Betty was a woman of "firsts" and made her mark at Santa Clara as a teacher, scholar and administrator. She was the first woman to gain tenure in the College of Arts and Sciences; was the first woman elected president of the Faculty Senate; was the first woman to direct the Grants and Fellowships Office and the Faculty Development Program; served as the first woman chair of the Affirmative Action Committee; and founded and directed the Teaching and Learning Center. As a pioneer in African and African-American literature, Betty was the first at Santa Clara to teach a course in African literature. Her persistent work to establish a chapter of Phi Beta Kappa at Santa Clara paid off in 1977 when we became the first Catholic institution west of the Mississippi River to earn a chapter.
Friends of the University
Carmel Malley was a loyal and devoted fixture at each and every Bronco football game coached by her husband, longtime SCU coach and athletic director Pat Malley ’53, and son Terry Malley ’73 for 33 years.
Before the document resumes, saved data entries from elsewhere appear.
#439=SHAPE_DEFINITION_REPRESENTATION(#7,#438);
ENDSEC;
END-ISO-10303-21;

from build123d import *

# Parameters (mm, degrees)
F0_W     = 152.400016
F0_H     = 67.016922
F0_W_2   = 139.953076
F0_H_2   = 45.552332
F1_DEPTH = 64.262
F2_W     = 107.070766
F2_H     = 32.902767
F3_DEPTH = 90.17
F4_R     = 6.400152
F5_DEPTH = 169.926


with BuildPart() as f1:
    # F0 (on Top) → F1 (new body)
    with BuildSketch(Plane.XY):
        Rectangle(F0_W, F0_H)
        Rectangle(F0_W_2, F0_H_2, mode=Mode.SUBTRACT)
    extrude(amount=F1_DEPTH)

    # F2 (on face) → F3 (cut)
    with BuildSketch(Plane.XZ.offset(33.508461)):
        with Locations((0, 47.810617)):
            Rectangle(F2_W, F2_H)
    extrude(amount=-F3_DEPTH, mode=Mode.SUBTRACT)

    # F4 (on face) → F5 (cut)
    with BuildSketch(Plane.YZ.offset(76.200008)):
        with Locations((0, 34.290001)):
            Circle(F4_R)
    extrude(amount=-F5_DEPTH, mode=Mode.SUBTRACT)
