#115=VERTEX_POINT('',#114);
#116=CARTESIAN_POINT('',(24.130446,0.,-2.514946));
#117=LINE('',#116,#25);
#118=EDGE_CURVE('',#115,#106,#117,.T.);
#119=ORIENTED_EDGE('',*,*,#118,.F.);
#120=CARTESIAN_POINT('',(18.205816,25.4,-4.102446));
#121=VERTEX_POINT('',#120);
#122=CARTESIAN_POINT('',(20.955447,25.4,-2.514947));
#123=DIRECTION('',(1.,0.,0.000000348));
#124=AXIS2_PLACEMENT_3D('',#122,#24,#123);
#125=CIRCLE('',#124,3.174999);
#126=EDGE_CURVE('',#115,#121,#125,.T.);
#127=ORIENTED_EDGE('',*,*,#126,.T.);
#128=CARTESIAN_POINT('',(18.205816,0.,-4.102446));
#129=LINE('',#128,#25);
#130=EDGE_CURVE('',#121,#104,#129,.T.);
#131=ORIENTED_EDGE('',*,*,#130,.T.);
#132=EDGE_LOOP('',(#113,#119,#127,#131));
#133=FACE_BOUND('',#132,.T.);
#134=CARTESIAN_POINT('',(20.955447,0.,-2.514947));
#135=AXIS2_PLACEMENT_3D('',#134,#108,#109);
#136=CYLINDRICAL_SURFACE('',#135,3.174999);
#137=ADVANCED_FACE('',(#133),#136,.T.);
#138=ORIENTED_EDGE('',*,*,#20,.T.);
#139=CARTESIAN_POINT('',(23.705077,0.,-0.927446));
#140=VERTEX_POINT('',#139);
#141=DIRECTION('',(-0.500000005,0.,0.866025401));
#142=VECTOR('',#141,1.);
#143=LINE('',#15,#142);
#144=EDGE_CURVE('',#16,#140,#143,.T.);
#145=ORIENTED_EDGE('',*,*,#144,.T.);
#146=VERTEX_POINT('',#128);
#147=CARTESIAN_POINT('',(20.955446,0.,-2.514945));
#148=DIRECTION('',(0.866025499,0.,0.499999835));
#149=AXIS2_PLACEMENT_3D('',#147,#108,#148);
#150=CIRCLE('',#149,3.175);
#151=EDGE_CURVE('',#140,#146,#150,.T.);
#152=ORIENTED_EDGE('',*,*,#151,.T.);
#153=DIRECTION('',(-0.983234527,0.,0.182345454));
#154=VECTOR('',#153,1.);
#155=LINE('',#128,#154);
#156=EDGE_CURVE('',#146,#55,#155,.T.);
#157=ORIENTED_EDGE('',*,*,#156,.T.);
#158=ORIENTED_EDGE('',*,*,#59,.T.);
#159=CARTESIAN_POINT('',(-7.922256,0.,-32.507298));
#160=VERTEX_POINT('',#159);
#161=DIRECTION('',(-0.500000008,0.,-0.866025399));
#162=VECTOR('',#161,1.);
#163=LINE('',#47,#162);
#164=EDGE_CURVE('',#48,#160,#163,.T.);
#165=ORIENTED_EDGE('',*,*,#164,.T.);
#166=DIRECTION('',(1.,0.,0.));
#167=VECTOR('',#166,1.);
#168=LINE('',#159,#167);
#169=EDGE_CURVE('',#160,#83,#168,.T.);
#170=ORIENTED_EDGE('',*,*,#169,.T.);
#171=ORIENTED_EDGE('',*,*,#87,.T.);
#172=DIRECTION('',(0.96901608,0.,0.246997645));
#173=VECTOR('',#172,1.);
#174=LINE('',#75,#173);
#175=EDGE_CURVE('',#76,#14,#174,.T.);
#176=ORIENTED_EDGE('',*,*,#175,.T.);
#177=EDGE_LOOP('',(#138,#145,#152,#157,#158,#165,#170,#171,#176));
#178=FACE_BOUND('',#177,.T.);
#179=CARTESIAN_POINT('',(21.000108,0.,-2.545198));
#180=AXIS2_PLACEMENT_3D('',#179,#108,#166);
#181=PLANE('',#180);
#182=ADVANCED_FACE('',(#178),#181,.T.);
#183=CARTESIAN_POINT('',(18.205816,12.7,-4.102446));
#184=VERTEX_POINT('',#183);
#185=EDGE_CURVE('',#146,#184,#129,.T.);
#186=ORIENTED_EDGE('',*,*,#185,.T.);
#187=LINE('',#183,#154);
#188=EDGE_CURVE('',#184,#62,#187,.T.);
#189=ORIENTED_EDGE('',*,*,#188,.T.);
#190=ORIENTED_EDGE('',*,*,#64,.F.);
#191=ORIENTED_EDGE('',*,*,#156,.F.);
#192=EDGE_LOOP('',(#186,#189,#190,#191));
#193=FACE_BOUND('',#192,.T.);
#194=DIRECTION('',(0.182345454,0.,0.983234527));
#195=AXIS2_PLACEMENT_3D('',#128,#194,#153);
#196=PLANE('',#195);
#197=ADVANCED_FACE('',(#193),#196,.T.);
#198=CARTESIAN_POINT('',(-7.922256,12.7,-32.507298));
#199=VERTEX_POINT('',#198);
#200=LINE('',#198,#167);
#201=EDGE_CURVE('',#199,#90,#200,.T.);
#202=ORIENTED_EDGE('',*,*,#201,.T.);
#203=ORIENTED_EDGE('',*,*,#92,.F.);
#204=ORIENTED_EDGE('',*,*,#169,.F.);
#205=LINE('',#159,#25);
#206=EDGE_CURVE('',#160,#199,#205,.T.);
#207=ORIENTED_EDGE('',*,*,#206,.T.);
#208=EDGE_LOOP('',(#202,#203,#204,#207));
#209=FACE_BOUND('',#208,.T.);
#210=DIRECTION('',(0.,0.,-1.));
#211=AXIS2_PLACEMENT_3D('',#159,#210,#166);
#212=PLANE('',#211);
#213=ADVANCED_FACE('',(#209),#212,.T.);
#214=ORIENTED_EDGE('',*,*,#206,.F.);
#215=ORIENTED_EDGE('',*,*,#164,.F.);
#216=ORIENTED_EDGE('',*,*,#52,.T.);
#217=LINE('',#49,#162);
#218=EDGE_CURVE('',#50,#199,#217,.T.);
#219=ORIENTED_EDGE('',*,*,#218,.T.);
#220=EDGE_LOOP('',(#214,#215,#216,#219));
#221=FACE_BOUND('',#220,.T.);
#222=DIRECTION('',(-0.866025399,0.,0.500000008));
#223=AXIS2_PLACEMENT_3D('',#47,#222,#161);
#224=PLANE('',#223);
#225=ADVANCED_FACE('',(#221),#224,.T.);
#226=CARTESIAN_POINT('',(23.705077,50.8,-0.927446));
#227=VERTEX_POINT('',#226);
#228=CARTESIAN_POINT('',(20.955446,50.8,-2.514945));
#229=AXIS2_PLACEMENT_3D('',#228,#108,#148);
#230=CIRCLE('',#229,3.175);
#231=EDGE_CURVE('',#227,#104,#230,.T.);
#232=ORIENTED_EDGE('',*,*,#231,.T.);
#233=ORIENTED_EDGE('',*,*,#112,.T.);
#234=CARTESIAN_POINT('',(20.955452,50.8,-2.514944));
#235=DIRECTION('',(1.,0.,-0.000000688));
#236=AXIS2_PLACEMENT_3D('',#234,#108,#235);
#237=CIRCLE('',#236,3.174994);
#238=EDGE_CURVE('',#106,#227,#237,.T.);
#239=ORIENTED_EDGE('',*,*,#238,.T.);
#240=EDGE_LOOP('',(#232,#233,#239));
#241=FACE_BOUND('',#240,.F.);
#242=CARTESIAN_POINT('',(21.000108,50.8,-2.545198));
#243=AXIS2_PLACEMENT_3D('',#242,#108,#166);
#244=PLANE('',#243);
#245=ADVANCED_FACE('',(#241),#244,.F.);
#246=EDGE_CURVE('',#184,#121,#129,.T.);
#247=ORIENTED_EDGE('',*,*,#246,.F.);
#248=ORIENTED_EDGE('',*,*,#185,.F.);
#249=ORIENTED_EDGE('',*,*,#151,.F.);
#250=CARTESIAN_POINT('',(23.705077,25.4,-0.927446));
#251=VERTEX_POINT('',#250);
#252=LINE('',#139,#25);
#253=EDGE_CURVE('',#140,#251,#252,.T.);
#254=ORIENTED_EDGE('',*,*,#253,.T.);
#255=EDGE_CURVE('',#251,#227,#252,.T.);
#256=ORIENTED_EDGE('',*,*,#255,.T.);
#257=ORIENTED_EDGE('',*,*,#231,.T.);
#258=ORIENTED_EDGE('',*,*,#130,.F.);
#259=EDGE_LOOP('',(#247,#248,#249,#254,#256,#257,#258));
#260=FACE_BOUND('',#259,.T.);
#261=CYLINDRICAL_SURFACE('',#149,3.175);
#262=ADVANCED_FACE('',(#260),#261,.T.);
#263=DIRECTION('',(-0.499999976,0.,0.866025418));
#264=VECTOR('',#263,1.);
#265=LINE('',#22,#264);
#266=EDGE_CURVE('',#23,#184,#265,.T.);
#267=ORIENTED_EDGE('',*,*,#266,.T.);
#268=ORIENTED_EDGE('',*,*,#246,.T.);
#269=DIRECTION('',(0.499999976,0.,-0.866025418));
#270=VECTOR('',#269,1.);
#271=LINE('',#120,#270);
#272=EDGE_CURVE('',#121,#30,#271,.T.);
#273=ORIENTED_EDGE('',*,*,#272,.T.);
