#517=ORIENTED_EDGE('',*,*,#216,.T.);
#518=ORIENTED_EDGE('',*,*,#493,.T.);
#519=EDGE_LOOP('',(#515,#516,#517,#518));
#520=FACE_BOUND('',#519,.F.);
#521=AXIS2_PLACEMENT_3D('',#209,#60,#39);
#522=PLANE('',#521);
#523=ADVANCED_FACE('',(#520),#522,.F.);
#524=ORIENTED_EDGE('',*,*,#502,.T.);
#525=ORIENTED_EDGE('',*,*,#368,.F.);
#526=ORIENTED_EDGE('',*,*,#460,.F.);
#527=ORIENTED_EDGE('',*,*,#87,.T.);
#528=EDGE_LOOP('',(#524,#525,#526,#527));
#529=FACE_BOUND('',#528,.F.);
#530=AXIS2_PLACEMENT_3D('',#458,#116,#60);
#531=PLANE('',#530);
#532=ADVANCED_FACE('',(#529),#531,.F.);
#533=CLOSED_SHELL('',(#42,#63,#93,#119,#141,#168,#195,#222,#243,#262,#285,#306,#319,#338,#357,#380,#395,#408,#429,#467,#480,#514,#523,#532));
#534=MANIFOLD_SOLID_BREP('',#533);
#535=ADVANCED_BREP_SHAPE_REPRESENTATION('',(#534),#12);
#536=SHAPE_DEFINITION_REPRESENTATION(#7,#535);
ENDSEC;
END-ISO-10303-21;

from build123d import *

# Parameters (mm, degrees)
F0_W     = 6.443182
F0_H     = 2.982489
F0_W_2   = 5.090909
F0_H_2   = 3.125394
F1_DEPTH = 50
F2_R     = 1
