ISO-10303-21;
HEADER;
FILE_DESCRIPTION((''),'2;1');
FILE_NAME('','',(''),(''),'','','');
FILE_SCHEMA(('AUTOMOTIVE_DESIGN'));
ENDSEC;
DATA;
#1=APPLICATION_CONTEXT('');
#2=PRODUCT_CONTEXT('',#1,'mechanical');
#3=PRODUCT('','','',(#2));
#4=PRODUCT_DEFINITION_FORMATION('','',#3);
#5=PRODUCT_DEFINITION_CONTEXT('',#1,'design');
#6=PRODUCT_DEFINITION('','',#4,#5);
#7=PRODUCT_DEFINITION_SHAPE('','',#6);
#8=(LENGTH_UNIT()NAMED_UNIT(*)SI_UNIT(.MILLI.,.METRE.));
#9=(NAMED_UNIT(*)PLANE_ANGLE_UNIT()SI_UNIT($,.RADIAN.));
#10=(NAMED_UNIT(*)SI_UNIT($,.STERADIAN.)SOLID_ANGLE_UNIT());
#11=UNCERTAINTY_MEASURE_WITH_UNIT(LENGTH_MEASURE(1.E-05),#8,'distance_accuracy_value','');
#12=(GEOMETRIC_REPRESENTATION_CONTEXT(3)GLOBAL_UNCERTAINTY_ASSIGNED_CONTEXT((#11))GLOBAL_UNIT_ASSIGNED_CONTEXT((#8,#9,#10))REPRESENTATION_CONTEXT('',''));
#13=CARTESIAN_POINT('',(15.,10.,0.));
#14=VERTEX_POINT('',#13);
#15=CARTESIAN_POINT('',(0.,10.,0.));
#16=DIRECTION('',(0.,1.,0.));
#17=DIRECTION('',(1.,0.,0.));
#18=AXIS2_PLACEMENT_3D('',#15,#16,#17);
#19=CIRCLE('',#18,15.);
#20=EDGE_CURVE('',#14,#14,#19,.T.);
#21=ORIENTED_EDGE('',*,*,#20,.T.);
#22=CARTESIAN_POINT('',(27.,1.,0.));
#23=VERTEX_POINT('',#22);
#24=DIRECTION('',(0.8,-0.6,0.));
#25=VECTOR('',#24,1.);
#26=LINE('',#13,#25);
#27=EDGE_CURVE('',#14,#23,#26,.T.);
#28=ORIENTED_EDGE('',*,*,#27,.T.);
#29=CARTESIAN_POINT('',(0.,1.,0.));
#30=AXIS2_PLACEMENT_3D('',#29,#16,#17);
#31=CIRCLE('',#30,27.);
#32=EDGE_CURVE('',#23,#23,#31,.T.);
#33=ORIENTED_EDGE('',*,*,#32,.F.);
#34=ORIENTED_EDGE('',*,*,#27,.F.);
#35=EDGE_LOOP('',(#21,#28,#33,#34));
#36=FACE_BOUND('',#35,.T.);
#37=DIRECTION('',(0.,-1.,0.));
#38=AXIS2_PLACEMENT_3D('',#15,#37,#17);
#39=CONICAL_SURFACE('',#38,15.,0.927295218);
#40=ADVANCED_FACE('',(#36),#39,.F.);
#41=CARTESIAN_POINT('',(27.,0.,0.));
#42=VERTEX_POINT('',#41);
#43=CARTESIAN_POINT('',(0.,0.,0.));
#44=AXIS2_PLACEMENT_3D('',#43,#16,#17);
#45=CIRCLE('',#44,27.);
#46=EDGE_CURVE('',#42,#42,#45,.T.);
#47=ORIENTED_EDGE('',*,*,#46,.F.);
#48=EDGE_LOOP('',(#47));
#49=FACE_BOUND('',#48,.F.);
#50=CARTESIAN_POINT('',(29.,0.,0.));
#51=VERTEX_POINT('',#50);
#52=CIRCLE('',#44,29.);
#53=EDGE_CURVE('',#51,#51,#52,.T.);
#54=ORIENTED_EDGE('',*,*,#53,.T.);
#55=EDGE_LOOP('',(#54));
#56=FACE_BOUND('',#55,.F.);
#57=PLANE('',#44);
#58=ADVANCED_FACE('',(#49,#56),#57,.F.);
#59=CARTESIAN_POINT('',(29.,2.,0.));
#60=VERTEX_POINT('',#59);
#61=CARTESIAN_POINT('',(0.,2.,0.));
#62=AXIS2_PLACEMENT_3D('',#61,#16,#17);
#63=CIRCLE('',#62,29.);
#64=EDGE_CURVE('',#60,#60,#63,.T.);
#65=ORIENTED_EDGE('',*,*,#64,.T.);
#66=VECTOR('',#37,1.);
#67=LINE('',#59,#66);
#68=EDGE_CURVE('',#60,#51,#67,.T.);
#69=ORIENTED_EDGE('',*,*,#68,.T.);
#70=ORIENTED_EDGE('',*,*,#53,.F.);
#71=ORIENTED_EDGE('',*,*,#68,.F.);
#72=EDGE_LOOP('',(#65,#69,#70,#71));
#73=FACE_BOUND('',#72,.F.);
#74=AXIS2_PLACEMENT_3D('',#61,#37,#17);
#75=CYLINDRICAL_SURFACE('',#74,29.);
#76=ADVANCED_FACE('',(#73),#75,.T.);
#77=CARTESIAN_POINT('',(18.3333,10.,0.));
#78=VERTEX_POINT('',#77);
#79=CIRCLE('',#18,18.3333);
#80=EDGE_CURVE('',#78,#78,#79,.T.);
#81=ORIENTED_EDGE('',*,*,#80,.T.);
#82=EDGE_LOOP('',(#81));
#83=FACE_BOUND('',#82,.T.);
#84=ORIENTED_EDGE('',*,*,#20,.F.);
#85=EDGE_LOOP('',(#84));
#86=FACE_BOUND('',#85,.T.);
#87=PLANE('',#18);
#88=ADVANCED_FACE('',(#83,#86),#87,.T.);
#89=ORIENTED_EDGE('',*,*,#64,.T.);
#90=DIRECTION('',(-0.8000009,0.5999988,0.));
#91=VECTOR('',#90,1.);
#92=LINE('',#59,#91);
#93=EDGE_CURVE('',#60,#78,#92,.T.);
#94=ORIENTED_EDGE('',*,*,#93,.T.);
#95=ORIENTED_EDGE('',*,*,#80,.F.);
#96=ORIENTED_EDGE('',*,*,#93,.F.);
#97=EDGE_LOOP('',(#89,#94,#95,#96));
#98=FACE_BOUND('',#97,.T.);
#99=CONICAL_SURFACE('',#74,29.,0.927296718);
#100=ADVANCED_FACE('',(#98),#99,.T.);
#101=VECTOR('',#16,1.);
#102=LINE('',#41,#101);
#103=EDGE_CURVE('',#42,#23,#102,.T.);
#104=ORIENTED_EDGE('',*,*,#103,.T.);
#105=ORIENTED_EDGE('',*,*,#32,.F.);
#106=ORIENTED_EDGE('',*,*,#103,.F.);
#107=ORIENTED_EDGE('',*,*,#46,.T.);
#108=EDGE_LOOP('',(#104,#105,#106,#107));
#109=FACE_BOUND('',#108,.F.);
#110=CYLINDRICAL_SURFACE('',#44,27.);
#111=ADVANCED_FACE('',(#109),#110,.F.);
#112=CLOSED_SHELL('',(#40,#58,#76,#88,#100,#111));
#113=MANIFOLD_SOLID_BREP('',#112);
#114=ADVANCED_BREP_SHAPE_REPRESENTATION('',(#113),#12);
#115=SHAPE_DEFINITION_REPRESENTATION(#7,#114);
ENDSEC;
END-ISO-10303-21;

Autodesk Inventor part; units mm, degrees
ref_plane "YZ Plane" through (0, 0, 0) normal (1, 0, 0) x (0, 1, 0)
ref_plane "XZ Plane" through (0, 0, 0) normal (0, 1, 0) x (-1, 0, 0)
ref_plane "XY Plane" through (0, 0, 0) normal (0, 0, 1) x (1, 0, 0)
sketch "Sketch1" plane through (0, 0, 0) normal (0, 0, 1) x (1, 0, 0)
  line L0 (29, 2) -> (18.3333, 10)
  line L1 (18.3333, 10) -> (15, 10)
  line L2 (15, 10) -> (27, 1)
  line L3 (29, 2) -> (29, 0)
  line L4 (29, 0) -> (27, 0)
  line L5 (27, 0) -> (27, 1)
  line L6 (0, 0) -> (0, 20.8635) construction
  dimension "d0" = 2
  dimension "d1" = 2
  dimension "d2" = 2
  dimension "d3" = 1
  dimension "d4" = 10
  dimension "d5" = 0
  dimension "d6" = 15
revolve "Revolution1" add sketch "Sketch1" angle 360 about axis through (0, 0, 0) along (0, 1, 0)
properties part number "bottom"
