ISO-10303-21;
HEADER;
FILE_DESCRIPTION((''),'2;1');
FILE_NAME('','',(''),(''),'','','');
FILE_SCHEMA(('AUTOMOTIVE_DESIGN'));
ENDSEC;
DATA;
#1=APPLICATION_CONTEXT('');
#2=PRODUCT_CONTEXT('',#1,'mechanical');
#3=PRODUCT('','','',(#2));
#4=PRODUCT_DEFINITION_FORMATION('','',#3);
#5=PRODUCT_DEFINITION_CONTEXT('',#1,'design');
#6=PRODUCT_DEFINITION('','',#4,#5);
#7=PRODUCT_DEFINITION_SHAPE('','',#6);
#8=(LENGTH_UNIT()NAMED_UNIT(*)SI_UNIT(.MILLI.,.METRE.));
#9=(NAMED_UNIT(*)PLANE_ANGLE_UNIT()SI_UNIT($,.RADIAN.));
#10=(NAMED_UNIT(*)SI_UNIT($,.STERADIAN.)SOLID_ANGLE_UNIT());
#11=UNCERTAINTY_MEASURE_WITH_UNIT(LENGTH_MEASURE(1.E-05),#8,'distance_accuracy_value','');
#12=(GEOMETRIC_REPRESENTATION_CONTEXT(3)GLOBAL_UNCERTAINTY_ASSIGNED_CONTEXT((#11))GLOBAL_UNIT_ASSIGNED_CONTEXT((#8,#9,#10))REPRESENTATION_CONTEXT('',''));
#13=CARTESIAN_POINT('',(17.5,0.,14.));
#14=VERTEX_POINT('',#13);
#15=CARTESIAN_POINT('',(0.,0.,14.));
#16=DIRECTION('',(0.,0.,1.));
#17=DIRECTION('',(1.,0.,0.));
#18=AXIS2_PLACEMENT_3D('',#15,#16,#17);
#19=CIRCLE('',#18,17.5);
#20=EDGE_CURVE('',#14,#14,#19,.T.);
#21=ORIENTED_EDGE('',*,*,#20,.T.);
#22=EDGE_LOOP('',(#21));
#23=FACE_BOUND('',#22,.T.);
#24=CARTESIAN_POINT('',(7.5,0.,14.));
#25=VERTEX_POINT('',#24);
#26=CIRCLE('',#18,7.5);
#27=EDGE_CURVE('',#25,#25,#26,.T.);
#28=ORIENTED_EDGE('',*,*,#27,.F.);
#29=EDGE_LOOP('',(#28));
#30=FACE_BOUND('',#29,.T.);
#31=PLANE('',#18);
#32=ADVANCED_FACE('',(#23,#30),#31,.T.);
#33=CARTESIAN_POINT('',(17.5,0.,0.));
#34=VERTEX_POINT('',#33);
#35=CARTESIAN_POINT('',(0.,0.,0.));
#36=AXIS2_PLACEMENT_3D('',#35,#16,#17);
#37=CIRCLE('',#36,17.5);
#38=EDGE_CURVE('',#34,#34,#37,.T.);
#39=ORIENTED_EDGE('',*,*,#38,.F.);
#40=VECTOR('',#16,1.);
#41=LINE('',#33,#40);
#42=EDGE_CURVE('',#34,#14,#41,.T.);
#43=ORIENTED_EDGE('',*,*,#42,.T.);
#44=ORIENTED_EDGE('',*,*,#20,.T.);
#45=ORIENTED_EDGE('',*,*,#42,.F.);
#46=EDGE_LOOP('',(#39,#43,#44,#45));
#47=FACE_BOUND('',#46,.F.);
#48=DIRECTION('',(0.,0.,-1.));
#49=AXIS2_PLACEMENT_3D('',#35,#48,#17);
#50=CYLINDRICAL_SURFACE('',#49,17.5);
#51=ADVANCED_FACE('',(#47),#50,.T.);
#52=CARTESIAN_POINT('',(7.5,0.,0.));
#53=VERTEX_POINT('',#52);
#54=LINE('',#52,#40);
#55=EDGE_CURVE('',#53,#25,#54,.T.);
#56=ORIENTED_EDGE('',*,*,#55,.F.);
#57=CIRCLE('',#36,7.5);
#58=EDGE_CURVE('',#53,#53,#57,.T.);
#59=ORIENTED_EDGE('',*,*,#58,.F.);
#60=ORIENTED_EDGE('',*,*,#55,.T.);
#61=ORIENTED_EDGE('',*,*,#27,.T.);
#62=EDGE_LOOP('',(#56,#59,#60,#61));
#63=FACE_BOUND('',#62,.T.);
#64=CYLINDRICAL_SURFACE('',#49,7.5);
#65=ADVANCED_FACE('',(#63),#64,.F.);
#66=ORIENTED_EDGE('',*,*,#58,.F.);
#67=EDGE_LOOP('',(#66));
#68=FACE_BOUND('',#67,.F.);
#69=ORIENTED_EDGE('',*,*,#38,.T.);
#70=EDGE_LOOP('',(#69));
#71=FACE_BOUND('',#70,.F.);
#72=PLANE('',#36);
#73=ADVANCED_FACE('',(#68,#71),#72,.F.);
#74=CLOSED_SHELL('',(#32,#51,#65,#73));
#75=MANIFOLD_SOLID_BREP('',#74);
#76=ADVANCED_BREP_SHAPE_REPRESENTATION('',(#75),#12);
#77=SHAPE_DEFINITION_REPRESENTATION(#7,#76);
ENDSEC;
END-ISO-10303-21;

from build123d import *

# Parameters (mm, degrees)
CROQUIS1_R              = 17.5
CROQUIS1_R_2            = 7.5
SALIENTE_EXTRUIR1_DEPTH = 14


with BuildPart() as part:
    # Croquis1 → Saliente-Extruir1 (new body)
    with BuildSketch(Plane.XY):
        Circle(CROQUIS1_R)
        Circle(CROQUIS1_R_2, mode=Mode.SUBTRACT)
    extrude(amount=SALIENTE_EXTRUIR1_DEPTH)


solid = part.part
It’s no legend that she loved and knew each player by name and story. Following Pat’s death, Carmel began her own career, working in the Alumni Office, where she continued to win the hearts of all students. A San Francisco native since her birth in 1932, Carmel was active in philanthropy and exuded “style and class” until her death on Sept. 1. Among her numerous survivors are daughter Kim Bellotti ’79, son-in-law Jerry Bellotti ’75, nephew Jonathan Mallen ’94, and grandchildren Christina Malley ’08, Caitlin Bellotti ’10, and Jerome P. “J.P.” Bellotti ’12. Donations may be mailed to the Pat and Carmel Malley Athletic Scholarship Endowment c/o the Santa Clara Athletic Department.